Keeping kids safe has always been a difficult task, but with the advances in technology moving so quickly it has become even more difficult.  Not only is the age-old issue of children wanting their independence and privacy present, but sometimes it seems like kids are speaking another language when they talk about the latest innovation in social networking. Parents do not need to have a degree in computer science to keep their children away from most danger on the Internet. Keeping kids safe while online is a huge priority for most people and there are many ways parents can take advantage of pre-existing settings and tested methods to keep their young ones away from danger.

  • Use Safety and Privacy Settings: Just because a child isn’t looking for inappropriate content while online doesn’t mean it isn’t looking for them. A search for the newest Justin Beiber YouTube video can lead straight to results that have nothing to with the pop music sensation. Google has created an excellent resource for those wanting to know more about safety settings on YouTube and Google.
  • Teach Them to Avoid Oversharing: Revealing too much information on social networking sites is dangerous for anyone, but can be incredibly dangerous for children. \ Predators seek out children online via social networking sites. Information such as a child’s school, sports team, family members or the names of their pets can be used by predators to get closer to a child. Pictures also provide invaluable information for someone looking for children to abuse. Picture uploading should be kept to a minimum and geotagging should be disabled from any pictures that are put up.

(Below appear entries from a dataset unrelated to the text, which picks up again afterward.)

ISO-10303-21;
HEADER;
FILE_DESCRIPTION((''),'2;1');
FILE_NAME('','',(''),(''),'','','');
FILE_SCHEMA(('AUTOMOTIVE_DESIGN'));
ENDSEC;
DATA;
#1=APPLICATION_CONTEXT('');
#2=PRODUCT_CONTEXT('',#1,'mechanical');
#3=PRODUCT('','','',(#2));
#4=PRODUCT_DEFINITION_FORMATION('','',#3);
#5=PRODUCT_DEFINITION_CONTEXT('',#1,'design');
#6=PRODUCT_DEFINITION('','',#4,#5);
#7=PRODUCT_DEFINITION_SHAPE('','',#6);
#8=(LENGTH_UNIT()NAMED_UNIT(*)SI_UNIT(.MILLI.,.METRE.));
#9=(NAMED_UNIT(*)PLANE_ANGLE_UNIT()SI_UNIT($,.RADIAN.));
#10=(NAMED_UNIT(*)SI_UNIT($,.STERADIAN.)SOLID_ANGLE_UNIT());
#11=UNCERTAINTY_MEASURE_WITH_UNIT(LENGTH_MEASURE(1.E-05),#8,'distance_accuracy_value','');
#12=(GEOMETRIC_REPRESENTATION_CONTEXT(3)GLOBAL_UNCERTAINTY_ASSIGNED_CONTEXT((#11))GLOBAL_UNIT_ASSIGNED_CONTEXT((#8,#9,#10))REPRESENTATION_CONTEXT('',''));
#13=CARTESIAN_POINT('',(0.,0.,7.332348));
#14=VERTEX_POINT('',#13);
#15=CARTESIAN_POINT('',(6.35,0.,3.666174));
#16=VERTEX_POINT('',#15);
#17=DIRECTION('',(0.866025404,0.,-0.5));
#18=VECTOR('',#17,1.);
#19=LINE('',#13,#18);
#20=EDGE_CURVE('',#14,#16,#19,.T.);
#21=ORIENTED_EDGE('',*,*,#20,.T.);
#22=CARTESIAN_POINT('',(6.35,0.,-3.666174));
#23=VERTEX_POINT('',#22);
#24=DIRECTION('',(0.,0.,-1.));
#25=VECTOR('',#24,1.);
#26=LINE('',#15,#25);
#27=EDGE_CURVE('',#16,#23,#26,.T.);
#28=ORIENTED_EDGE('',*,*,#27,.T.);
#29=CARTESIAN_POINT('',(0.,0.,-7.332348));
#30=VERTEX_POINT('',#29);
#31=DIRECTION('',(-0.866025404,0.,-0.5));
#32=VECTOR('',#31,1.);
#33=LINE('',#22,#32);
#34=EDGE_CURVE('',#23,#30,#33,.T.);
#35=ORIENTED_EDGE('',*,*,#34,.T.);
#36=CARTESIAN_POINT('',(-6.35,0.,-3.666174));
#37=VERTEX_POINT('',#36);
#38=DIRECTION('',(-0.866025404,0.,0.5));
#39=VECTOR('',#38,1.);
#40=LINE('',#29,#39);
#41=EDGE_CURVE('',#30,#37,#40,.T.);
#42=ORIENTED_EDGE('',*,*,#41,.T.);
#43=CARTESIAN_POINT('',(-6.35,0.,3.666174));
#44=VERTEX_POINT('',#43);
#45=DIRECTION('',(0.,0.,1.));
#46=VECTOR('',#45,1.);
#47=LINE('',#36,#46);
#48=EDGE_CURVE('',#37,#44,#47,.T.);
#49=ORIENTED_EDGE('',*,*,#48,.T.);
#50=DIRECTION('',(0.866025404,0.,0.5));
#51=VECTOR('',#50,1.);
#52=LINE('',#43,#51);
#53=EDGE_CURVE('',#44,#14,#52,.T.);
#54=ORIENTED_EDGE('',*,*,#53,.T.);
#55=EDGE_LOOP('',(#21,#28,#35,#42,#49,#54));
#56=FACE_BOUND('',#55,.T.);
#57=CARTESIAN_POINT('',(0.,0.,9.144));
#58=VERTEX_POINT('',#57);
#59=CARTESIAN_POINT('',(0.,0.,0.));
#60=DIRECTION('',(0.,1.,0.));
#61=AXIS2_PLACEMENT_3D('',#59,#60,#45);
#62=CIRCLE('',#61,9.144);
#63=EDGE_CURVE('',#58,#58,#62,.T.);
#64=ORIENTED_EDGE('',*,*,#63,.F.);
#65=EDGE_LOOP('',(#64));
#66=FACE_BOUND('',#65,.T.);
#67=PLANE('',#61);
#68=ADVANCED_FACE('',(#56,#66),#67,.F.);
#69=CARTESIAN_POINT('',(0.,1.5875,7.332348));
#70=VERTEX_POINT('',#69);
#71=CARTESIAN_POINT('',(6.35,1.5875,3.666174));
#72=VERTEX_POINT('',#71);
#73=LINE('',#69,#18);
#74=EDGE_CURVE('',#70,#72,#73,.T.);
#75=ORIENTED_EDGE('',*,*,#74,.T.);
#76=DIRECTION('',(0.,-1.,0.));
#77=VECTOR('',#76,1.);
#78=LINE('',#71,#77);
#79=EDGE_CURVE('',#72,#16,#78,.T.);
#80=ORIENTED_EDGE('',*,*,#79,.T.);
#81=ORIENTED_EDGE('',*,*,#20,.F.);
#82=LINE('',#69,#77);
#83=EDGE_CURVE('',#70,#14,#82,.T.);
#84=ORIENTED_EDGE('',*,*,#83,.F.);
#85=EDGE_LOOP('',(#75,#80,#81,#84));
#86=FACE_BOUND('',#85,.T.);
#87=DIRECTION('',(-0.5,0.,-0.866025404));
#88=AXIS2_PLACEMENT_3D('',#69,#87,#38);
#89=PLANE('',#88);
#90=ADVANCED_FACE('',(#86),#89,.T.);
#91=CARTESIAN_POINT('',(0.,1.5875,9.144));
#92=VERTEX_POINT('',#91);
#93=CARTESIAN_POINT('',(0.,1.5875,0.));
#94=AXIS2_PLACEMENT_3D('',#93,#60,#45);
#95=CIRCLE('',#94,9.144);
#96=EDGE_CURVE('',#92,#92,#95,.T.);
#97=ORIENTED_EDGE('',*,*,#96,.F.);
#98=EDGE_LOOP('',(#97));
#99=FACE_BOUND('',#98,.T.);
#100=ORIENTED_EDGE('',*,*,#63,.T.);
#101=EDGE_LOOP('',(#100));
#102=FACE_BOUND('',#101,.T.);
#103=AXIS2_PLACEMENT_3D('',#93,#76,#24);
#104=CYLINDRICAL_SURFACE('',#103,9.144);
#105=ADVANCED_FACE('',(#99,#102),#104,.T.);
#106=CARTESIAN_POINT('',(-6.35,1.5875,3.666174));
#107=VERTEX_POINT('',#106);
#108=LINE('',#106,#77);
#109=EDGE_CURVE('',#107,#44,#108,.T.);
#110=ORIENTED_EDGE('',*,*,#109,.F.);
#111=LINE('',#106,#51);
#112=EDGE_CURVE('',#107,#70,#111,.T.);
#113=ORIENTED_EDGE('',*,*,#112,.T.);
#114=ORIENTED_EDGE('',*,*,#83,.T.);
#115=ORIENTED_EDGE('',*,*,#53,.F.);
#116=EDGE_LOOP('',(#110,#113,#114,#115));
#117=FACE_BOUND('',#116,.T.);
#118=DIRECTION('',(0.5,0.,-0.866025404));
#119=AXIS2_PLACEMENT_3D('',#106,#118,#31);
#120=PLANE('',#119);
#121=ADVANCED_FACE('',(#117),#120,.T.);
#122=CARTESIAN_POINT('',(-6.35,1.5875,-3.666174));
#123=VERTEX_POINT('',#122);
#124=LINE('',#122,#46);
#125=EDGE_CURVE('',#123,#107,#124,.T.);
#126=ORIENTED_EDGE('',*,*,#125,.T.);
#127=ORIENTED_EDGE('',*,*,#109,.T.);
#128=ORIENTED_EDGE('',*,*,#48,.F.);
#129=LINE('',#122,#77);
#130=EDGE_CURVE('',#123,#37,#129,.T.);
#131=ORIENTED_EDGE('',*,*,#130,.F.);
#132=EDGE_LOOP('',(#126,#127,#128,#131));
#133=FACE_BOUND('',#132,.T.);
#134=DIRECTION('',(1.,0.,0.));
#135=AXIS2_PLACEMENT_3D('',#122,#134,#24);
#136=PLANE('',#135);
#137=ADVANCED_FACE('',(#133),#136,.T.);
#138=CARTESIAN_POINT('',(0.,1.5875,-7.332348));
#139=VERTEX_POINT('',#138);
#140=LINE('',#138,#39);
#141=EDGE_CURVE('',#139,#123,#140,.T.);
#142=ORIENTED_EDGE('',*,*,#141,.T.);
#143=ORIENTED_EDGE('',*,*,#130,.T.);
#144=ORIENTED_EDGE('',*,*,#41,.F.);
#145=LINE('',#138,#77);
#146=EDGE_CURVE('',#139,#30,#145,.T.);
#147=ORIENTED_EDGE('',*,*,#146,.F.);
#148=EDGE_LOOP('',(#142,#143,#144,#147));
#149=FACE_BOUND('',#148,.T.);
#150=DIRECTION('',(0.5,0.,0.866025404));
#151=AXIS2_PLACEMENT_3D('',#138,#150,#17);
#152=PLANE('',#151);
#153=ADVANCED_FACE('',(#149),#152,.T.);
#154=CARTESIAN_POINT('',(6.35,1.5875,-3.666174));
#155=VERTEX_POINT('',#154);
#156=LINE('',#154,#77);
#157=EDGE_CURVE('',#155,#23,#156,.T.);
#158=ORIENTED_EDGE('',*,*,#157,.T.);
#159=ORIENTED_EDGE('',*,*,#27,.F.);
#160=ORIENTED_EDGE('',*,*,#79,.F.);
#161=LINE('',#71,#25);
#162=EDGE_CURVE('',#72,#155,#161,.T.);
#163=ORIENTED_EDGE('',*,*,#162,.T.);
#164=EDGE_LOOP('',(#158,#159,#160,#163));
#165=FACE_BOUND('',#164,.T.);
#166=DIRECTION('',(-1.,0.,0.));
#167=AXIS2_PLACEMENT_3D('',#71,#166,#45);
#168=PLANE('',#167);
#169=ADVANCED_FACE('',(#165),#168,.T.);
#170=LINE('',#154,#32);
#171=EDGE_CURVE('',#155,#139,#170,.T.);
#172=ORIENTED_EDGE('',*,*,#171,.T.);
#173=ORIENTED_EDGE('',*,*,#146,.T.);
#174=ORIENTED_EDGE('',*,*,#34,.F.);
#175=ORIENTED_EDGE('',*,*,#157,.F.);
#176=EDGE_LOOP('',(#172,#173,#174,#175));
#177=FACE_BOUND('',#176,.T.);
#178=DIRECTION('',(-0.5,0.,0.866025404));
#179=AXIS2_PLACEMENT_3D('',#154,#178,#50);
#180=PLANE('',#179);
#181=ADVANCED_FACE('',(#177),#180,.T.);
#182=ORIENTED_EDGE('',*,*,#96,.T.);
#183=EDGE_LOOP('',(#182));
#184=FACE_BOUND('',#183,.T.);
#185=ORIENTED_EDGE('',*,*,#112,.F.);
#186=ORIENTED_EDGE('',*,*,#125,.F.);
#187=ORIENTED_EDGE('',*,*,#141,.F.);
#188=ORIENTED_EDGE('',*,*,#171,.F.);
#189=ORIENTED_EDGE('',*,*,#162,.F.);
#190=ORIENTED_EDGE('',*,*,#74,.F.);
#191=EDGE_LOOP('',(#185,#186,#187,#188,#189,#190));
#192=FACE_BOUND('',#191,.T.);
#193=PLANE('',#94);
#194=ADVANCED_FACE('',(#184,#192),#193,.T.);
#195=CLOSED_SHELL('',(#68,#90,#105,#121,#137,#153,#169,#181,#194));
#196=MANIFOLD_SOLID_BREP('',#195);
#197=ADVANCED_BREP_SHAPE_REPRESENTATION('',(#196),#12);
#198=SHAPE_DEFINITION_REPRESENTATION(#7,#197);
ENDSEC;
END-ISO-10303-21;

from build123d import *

# Parameters (mm, degrees)
SKETCH1_R           = 9.144
BOSS_EXTRUDE1_DEPTH = 1.5875


with BuildPart() as part:
    # Sketch1 → Boss-Extrude1 (new body)
    with BuildSketch(Plane(origin=(0, 0, 0), x_dir=(1, 0, 0), z_dir=(0, 1, 0))):
        with Locations(Location((0, 0, 0), (0, 0, 270))):
            Circle(SKETCH1_R)
        Polygon((6.35, -3.666174209), (6.35, 3.666174209), (0, 7.332348419), (-6.35, 3.666174209), (-6.35, -3.666174209), (0, -7.332348419), align=None, mode=Mode.SUBTRACT)
    extrude(amount=BOSS_EXTRUDE1_DEPTH)


solid = part.part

  • Introduce Your Child to Networks Designed for Them: There is an incredible amount of information on adult social networks such as Facebook and Twitter. Not all of this content is appropriate for all ages. A new trend has developed in creating entire social networking sites specifically for younger people. Togetherville has been created for children under ten. Users can interact much like “adult” social networks, but usage can be monitored and content is age appropriate. Everloop is another site aimed at those too young for Facebook, but too old for the simplicity of Togetherville.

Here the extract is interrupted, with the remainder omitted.